Today we reach out to express our gratitude for your support and to let you know that everyone in the Women With A Vision family is safe.

Thanks to the fast response of all of our supporters across the country, many of you have already heard that our office was broken into last night and set on fire.  The worst damage was concentrated in our community organizing and outreach office where we store all of the resources we use to educate our community.  We lost everything.  We do not have an office to operate out of right now.  Most of our office equipment and all of our educational resources were destroyed.  Because of the targeted nature, we can only assume that this was intentional.

We are shaken to be sure, and deeply worried about how we will provide for our members while we are rebuilding.  But the work will continue.  This cannot and will not stop us from speaking out for people who do not have a voice.

Please know that your thoughts, your prayers, your kind words and your positive energy are felt.  Your care for WWAV is what is giving us the strength to make sure that we reopen, bigger and better than before, as soon as possible.

But we will literally be starting from scratch, so donations and in-kind contributions are critical right now.

Immediate Meeting Spaces for WWAV Events.  We are in the process of finding a new permanent home, but also need immediate assistance with space.  We have several coalition meetings that were to be held at the WWAV office next week, and our new micro-enterprise program is scheduled to launch early next week.  New Orleans friends, do you have conference room space you can lend?  Member programming will need to accommodate 10-15 people.  Coalition events will bring together 20-25 people.

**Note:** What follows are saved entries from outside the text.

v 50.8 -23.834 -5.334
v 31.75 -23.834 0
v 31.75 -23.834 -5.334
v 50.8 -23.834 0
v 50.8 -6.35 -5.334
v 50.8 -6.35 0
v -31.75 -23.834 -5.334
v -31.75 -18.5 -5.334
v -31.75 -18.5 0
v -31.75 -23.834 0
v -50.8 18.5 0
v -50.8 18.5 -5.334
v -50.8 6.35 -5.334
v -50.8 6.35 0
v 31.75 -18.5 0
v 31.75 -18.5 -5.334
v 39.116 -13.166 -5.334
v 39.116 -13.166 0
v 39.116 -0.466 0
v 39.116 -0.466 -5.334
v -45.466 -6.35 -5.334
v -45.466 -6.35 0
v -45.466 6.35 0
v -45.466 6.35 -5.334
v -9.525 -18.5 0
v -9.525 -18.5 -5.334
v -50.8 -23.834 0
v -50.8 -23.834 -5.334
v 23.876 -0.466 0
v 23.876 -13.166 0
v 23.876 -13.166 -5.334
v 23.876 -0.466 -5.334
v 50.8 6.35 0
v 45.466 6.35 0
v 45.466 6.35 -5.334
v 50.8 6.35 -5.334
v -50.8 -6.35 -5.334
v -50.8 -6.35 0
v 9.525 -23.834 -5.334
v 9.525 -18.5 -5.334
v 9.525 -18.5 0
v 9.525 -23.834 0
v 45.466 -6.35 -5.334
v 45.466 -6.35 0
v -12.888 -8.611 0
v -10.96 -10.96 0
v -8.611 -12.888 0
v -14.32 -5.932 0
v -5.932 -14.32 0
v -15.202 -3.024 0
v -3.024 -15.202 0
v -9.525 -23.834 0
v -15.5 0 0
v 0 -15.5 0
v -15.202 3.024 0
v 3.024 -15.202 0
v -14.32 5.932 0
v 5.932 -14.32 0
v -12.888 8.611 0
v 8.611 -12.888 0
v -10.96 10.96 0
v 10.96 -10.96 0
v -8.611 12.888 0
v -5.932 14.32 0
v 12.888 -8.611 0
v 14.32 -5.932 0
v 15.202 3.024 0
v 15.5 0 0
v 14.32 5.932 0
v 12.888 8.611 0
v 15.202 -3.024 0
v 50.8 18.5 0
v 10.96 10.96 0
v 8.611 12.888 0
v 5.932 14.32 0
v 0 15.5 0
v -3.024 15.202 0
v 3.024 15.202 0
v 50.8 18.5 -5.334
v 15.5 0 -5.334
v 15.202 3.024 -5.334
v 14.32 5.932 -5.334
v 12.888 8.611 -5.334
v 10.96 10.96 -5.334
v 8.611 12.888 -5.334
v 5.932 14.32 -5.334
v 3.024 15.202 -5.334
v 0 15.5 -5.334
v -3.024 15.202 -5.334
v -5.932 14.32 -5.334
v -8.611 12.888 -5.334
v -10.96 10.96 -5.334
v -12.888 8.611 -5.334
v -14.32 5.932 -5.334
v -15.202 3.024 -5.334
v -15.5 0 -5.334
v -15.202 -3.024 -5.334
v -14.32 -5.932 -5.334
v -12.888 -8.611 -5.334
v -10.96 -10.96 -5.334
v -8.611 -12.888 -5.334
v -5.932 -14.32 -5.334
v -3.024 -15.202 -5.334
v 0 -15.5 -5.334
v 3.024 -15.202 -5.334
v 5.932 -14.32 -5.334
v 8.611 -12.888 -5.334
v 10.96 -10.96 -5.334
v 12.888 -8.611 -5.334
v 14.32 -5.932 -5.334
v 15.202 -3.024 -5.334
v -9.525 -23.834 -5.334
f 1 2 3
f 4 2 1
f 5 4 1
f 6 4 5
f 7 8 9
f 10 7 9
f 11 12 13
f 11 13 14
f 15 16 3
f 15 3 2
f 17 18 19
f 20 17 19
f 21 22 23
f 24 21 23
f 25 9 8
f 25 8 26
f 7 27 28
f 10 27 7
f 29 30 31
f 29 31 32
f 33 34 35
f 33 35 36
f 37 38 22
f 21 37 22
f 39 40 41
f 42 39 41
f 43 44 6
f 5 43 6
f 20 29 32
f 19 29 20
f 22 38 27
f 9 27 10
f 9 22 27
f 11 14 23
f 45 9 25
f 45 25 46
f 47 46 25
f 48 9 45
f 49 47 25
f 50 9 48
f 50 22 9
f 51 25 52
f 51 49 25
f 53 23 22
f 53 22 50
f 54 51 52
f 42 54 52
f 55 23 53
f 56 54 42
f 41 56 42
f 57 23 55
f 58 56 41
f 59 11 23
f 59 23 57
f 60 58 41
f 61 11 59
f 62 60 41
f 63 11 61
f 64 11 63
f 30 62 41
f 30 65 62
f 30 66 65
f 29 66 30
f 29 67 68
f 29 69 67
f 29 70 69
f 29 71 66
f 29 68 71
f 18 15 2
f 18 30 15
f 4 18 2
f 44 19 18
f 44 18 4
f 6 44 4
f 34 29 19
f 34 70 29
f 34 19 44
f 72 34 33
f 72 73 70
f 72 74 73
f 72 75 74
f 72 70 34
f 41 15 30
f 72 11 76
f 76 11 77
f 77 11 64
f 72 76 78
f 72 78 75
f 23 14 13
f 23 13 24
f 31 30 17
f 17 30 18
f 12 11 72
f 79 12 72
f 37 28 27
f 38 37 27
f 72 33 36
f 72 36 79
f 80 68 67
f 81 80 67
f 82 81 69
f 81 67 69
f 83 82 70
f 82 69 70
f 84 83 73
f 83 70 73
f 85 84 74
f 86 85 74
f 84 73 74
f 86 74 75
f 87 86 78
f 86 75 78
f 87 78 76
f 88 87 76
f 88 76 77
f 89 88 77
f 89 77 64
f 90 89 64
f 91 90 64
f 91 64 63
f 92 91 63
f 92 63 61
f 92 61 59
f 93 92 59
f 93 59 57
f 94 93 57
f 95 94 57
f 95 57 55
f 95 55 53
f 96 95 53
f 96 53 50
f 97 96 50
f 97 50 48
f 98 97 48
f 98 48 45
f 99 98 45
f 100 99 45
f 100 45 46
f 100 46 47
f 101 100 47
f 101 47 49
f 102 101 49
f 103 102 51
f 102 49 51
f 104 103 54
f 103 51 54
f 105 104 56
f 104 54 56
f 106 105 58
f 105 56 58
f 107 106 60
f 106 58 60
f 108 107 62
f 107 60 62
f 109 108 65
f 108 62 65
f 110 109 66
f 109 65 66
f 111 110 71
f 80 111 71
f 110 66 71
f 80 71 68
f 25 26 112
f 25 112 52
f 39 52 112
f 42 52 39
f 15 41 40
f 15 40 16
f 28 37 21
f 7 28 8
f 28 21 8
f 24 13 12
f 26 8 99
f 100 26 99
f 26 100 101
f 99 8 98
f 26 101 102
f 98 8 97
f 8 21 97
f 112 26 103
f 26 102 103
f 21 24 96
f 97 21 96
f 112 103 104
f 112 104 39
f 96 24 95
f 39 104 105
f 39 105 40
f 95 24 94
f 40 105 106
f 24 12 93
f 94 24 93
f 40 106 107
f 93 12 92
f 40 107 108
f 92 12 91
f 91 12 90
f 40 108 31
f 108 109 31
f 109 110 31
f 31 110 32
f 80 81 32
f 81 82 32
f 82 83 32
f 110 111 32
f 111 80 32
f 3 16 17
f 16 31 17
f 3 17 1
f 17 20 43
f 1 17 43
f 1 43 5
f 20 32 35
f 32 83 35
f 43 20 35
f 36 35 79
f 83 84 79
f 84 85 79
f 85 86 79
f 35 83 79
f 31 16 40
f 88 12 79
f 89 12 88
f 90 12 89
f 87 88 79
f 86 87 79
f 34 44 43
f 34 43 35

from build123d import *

# Parameters (mm, degrees)
SKETCH1_W           = 101.6
SKETCH1_H           = 37
BOSS_EXTRUDE1_DEPTH = 5.334
SKETCH2_R           = 15.5
MOTOR_HOLE_DEPTH    = 55.326251076
SKETCH4_W           = 19.05
SKETCH4_H           = 5.334
BOTTOM_TABS_DEPTH   = 5.334
SKETCH5_W           = 5.334
SKETCH5_H           = 12.7
CUT_EXTRUDE1_DEPTH  = 57.366223148
SKETCH6_W           = 15.24
SKETCH6_H           = 12.7
CUT_EXTRUDE2_DEPTH  = 77.262693919


with BuildPart() as part:
    # Sketch1 → Boss-Extrude1 (new body)
    with BuildSketch(Plane.XY):
        Rectangle(SKETCH1_W, SKETCH1_H)
    extrude(amount=-BOSS_EXTRUDE1_DEPTH)

    # Sketch2 → Motor Hole (cut, through all)
    with BuildSketch(Plane.XY):
        Circle(SKETCH2_R)
    extrude(amount=-MOTOR_HOLE_DEPTH, mode=Mode.SUBTRACT)

    # Sketch4 → Bottom Tabs (add)
    with BuildSketch(Plane.XZ.offset(18.5)):
        with Locations((-41.275, -2.667)):
            Rectangle(SKETCH4_W, SKETCH4_H)
        with Locations((0, -2.667)):
            Rectangle(SKETCH4_W, SKETCH4_H)
        with Locations((41.275, -2.667)):
            Rectangle(SKETCH4_W, SKETCH4_H)
    extrude(amount=BOTTOM_TABS_DEPTH)

    # Sketch5 → Cut-Extrude1 (cut, through all)
    with BuildSketch(Plane.XY):
        with Locations((-48.133, 0)):
            Rectangle(SKETCH5_W, SKETCH5_H)
        with Locations((48.133, 0)):
            Rectangle(SKETCH5_W, SKETCH5_H)
    extrude(amount=-CUT_EXTRUDE1_DEPTH, mode=Mode.SUBTRACT)

    # Sketch6 → Cut-Extrude2 (cut, through all)
    with BuildSketch(Plane(origin=(16.243120564, -7.106483242, 20.4638), x_dir=(1, 0, 0), z_dir=(0, 0, 1))):
        with Locations((15.252879436, 0.290483242)):
            Rectangle(SKETCH6_W, SKETCH6_H)
    extrude(amount=-CUT_EXTRUDE2_DEPTH, mode=Mode.SUBTRACT)


solid = part.part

Donations to Replace our Health Education Materials.
  We lost all of our health education materials, including harm reduction supplies, condoms/dental dams/lube, reproductive health models, educational brochures, hygiene kits and OraSure HIV tests.  Replacing these will cost thousands of dollars.  If you are able, please make a tax-deductible donation through our website.

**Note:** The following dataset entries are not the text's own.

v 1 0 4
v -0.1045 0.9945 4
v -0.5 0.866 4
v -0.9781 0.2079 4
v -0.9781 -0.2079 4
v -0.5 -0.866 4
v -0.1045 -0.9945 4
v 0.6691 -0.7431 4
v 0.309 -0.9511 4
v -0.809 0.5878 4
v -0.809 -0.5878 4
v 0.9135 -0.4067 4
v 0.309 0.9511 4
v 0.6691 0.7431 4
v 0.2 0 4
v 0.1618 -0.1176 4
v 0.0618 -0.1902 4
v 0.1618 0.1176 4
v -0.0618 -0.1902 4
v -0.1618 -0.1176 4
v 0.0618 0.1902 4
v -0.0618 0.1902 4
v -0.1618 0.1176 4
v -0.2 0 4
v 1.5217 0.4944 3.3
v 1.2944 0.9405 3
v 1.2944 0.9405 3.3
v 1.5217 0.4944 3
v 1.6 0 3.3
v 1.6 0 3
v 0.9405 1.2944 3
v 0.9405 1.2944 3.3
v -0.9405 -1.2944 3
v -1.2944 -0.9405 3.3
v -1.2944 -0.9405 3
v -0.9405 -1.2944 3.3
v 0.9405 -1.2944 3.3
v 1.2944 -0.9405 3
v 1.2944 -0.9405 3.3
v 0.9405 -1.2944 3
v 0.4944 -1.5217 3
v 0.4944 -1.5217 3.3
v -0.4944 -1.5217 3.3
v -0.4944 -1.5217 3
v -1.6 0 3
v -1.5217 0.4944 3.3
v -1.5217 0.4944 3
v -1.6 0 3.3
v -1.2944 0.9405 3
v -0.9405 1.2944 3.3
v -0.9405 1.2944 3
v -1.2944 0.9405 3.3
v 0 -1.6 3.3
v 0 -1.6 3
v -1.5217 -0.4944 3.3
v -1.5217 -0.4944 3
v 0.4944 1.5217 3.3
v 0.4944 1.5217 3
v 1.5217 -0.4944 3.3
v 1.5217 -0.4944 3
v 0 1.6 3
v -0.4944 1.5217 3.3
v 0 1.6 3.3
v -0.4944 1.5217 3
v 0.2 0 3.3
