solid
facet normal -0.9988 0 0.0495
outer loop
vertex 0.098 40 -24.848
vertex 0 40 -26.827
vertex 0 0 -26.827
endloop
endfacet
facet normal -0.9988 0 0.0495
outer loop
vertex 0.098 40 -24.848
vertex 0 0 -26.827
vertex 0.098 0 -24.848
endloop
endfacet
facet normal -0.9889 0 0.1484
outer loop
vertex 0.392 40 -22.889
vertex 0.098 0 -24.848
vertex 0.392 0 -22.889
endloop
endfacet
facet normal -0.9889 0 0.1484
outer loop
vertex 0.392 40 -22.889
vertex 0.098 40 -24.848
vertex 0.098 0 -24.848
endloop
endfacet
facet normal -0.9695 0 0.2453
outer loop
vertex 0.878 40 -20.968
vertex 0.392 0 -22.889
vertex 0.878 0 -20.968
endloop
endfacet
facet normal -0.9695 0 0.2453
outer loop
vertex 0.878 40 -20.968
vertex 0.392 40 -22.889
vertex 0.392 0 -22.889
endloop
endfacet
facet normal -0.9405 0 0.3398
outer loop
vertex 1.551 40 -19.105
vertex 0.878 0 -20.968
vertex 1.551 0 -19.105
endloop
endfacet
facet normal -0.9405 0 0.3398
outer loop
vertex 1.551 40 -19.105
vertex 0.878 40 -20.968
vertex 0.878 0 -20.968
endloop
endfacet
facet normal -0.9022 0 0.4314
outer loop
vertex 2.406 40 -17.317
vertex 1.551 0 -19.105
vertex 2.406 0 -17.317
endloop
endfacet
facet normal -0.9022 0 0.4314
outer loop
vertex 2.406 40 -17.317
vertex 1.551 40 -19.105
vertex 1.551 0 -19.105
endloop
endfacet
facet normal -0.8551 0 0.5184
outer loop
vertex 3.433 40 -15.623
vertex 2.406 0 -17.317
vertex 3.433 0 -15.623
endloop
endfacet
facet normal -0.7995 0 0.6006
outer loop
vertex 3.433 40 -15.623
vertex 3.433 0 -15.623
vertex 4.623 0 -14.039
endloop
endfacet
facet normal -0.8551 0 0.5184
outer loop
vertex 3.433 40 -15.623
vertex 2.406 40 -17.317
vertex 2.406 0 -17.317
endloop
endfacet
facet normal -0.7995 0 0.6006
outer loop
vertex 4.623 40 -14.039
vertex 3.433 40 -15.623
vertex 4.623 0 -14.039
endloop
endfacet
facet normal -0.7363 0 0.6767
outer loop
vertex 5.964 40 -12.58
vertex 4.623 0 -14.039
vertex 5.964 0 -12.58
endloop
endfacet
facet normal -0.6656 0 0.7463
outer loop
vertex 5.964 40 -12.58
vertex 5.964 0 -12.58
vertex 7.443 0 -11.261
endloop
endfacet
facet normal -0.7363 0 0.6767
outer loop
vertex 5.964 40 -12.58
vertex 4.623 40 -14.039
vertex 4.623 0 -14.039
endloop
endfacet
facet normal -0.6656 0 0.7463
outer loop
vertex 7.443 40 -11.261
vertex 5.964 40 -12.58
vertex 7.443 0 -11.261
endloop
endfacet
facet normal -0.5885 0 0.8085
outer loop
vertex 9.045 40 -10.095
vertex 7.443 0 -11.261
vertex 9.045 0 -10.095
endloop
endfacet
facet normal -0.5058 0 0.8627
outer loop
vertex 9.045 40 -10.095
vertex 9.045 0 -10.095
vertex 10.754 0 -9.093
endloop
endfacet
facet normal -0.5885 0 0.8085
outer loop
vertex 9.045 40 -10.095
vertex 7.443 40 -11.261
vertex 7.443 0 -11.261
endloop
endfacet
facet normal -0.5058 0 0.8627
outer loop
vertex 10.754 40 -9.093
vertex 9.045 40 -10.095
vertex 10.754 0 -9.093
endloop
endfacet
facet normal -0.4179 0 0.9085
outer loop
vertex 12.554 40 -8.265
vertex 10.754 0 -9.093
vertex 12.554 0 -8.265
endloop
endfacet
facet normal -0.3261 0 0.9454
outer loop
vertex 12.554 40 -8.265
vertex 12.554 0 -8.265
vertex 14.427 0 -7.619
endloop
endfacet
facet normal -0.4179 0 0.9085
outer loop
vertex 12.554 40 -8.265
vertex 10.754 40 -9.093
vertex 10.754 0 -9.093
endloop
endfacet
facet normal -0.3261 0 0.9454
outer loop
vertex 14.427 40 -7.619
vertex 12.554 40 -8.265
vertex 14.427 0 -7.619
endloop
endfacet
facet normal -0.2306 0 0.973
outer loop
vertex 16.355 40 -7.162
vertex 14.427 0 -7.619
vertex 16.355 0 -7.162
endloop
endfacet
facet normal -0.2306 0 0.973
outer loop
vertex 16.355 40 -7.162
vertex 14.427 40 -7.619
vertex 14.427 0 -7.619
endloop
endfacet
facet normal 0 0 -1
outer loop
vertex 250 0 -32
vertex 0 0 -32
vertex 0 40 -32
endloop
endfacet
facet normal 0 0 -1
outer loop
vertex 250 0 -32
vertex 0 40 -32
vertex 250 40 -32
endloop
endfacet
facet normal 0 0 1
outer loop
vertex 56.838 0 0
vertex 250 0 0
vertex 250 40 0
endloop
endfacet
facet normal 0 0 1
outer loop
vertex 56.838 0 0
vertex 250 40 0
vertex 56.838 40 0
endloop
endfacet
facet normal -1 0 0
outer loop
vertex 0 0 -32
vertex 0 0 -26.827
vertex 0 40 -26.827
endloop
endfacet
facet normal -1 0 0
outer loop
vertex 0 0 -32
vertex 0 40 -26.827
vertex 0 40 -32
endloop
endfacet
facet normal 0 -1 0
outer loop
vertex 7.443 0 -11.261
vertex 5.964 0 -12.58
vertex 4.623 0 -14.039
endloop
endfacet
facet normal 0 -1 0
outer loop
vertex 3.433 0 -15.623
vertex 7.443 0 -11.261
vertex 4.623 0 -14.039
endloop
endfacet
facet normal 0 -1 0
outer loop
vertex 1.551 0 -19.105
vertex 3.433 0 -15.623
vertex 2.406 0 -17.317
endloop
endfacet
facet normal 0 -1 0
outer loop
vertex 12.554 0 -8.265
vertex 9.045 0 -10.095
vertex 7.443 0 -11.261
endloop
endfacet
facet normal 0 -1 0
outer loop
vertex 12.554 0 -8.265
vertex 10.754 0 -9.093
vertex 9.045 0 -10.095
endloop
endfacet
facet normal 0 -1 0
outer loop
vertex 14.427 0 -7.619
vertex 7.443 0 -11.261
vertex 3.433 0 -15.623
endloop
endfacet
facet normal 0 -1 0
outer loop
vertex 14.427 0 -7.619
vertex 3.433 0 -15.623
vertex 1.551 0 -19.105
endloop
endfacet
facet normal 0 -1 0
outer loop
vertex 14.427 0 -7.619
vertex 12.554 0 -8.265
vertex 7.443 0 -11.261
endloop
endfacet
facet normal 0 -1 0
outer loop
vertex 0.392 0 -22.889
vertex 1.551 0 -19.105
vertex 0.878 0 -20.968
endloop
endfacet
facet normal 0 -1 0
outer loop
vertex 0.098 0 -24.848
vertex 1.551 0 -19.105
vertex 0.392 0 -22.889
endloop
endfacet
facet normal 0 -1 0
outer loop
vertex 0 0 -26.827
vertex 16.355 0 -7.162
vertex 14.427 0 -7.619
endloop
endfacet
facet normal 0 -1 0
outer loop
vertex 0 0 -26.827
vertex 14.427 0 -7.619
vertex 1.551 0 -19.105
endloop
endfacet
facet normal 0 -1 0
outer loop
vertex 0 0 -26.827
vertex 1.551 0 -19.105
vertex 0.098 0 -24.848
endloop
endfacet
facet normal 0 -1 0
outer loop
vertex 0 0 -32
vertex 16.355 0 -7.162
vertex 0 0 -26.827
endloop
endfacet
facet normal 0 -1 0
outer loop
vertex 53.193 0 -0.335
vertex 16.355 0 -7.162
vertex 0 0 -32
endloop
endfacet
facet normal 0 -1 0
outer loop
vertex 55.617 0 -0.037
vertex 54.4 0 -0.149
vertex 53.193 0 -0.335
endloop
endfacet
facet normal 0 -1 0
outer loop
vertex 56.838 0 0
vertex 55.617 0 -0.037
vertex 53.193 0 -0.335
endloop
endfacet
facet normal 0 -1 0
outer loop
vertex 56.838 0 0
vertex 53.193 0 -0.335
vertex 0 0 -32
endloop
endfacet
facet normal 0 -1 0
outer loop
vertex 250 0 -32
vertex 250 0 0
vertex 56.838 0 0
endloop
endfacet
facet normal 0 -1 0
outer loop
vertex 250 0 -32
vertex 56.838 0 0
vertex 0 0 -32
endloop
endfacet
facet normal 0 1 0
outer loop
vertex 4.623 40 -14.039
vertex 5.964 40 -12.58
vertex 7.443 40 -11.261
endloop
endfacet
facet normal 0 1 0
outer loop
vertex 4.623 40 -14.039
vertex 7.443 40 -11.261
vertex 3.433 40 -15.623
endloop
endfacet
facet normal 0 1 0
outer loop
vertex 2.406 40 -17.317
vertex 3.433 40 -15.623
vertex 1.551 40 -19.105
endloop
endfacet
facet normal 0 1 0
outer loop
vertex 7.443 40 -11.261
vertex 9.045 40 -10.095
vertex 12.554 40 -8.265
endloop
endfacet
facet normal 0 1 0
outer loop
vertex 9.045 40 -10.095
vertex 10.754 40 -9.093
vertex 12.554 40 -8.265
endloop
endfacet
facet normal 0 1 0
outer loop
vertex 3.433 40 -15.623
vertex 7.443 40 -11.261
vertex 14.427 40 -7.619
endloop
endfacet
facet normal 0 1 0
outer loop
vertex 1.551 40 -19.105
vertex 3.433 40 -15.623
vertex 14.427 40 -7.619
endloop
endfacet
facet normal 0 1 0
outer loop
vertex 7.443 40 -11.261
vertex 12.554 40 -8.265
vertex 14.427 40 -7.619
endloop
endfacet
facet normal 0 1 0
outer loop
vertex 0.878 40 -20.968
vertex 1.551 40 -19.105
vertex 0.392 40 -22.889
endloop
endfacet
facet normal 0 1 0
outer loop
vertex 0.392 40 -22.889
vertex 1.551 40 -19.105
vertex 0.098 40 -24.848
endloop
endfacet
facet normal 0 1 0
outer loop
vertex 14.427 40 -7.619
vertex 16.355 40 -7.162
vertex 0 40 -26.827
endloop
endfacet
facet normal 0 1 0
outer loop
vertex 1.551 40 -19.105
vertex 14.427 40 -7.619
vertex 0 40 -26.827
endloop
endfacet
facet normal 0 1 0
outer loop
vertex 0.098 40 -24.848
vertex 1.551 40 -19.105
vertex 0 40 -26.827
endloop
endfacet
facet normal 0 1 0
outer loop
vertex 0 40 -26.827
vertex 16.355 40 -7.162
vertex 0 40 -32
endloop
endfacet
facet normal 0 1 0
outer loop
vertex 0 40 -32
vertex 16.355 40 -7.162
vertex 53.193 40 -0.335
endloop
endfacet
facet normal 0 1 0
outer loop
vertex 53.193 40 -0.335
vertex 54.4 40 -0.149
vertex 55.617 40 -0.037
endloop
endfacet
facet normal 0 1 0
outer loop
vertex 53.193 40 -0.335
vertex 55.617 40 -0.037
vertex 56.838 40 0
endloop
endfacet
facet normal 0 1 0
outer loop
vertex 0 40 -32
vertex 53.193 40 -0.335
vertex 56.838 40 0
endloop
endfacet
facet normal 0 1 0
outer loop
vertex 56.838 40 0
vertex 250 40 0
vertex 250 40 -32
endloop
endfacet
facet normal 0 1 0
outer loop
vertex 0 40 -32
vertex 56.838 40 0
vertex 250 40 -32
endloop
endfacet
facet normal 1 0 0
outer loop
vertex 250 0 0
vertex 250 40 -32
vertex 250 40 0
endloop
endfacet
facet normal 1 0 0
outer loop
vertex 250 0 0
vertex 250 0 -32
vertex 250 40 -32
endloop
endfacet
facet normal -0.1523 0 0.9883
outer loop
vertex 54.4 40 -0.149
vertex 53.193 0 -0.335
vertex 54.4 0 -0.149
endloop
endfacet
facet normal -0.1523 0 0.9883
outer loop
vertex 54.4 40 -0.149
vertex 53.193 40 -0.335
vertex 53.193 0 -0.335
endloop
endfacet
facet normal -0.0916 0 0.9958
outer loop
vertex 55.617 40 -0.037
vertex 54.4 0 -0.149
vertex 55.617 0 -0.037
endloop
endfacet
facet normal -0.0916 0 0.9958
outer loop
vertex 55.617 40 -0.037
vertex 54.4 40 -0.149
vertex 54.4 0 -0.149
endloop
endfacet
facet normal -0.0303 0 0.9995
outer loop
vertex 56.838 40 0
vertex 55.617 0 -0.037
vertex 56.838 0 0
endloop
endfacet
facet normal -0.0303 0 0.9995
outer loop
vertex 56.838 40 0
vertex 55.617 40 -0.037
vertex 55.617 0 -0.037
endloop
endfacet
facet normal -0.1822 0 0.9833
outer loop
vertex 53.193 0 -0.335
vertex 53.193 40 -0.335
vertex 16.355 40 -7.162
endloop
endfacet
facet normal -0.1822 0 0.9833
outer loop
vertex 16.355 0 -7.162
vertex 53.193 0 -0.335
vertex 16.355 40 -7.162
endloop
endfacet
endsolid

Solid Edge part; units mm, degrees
sketch "Sketch1" plane through (0, 0, 0) normal (0, -1, 0) x (1, 0, 0)
  line L0 (0, -32) -> (250, -32)
  line L1 (250, -32) -> (250, 0)
  line L2 (250, 0) -> (0, 0)
  line L3 (0, 0) -> (0, -32)
extrude "Protrusion1" add sketch "Sketch1" against normal blind 40
sketch "Sketch2" plane through (125, 0, -16) normal (0, -1, 0) x (1, 0, 0)
  line L0 (-70, 16) -> (-125, 5.8064)
  line L1 (-125, 5.8064) -> (-125, 16)
  line L2 (-125, 16) -> (-70, 16)
extrude "ExtrudedCutout_1" cut sketch "Sketch2" against normal blind 40
fillet "Round_1" radius 20 2 edges at (0, 20, -10.1936) (55, 20, 0)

$50 will buy a case of male condoms;
$100 will cover a month supply of harm reduction kits,
$250 will replace one of our reproductive health models;
$500 will enable us to make a month’s supply of hygiene kits;
$1000 will buy a case of female condoms; and
$2000 to replace our two cases of OraSure rapid HIV tests.

Suits/Dresses/Shoes to Restock our Clothing Bank.  We have lost all of the professional clothing that was donated to WWAV for our women to go on job interviews.  Please contact us if you have suits, skirts, dress pants, dresses and shoes to donate.  Women’s clothing 8 to plus-size and shoe sizes 7 to 12 are most needed.

Donations to Replace our Office Furniture & Supplies.  When we are ready to move into our new office, we will need to replace most of our office furniture, all of our office supplies, and all of our decorations for WWAV member holiday events and women-centered programming.  Desks, desk chairs, and furniture for our drop-in space will all be incredibly costly.  And we all know how quickly copy paper and post-it notes can add up.  Any donation will help us to open as quickly as possible.  Gift cards to office supply stores like OfficeMax, Office Depot and Staples are welcome.  In-kind contributions of women-centered art, social justice posters, and holiday decorations will all be deeply appreciated when we are nearer to our re-opening date.

Donations to Replace Computers & Printer(s).
  One desktop computer, one laptop and one printer were completely destroyed in the fire.  We are in the process of testing our remaining computers and printer to see if they have been permanently damaged by smoke.  At this point, our technology replacement costs are unknown.  Again, any donation will help us to reopen as quickly as possible.

We will continue to post updates to our website as our rebuilding process continues.  Please keep checking back!

For now, we thank you for your love and your support.  We are truly humbled to be on this journey with such an incredible community of allies.  And the work continues…

In struggle,

Deon Haywood, WWAV Board of Directors, WWAV Staff and the women we support”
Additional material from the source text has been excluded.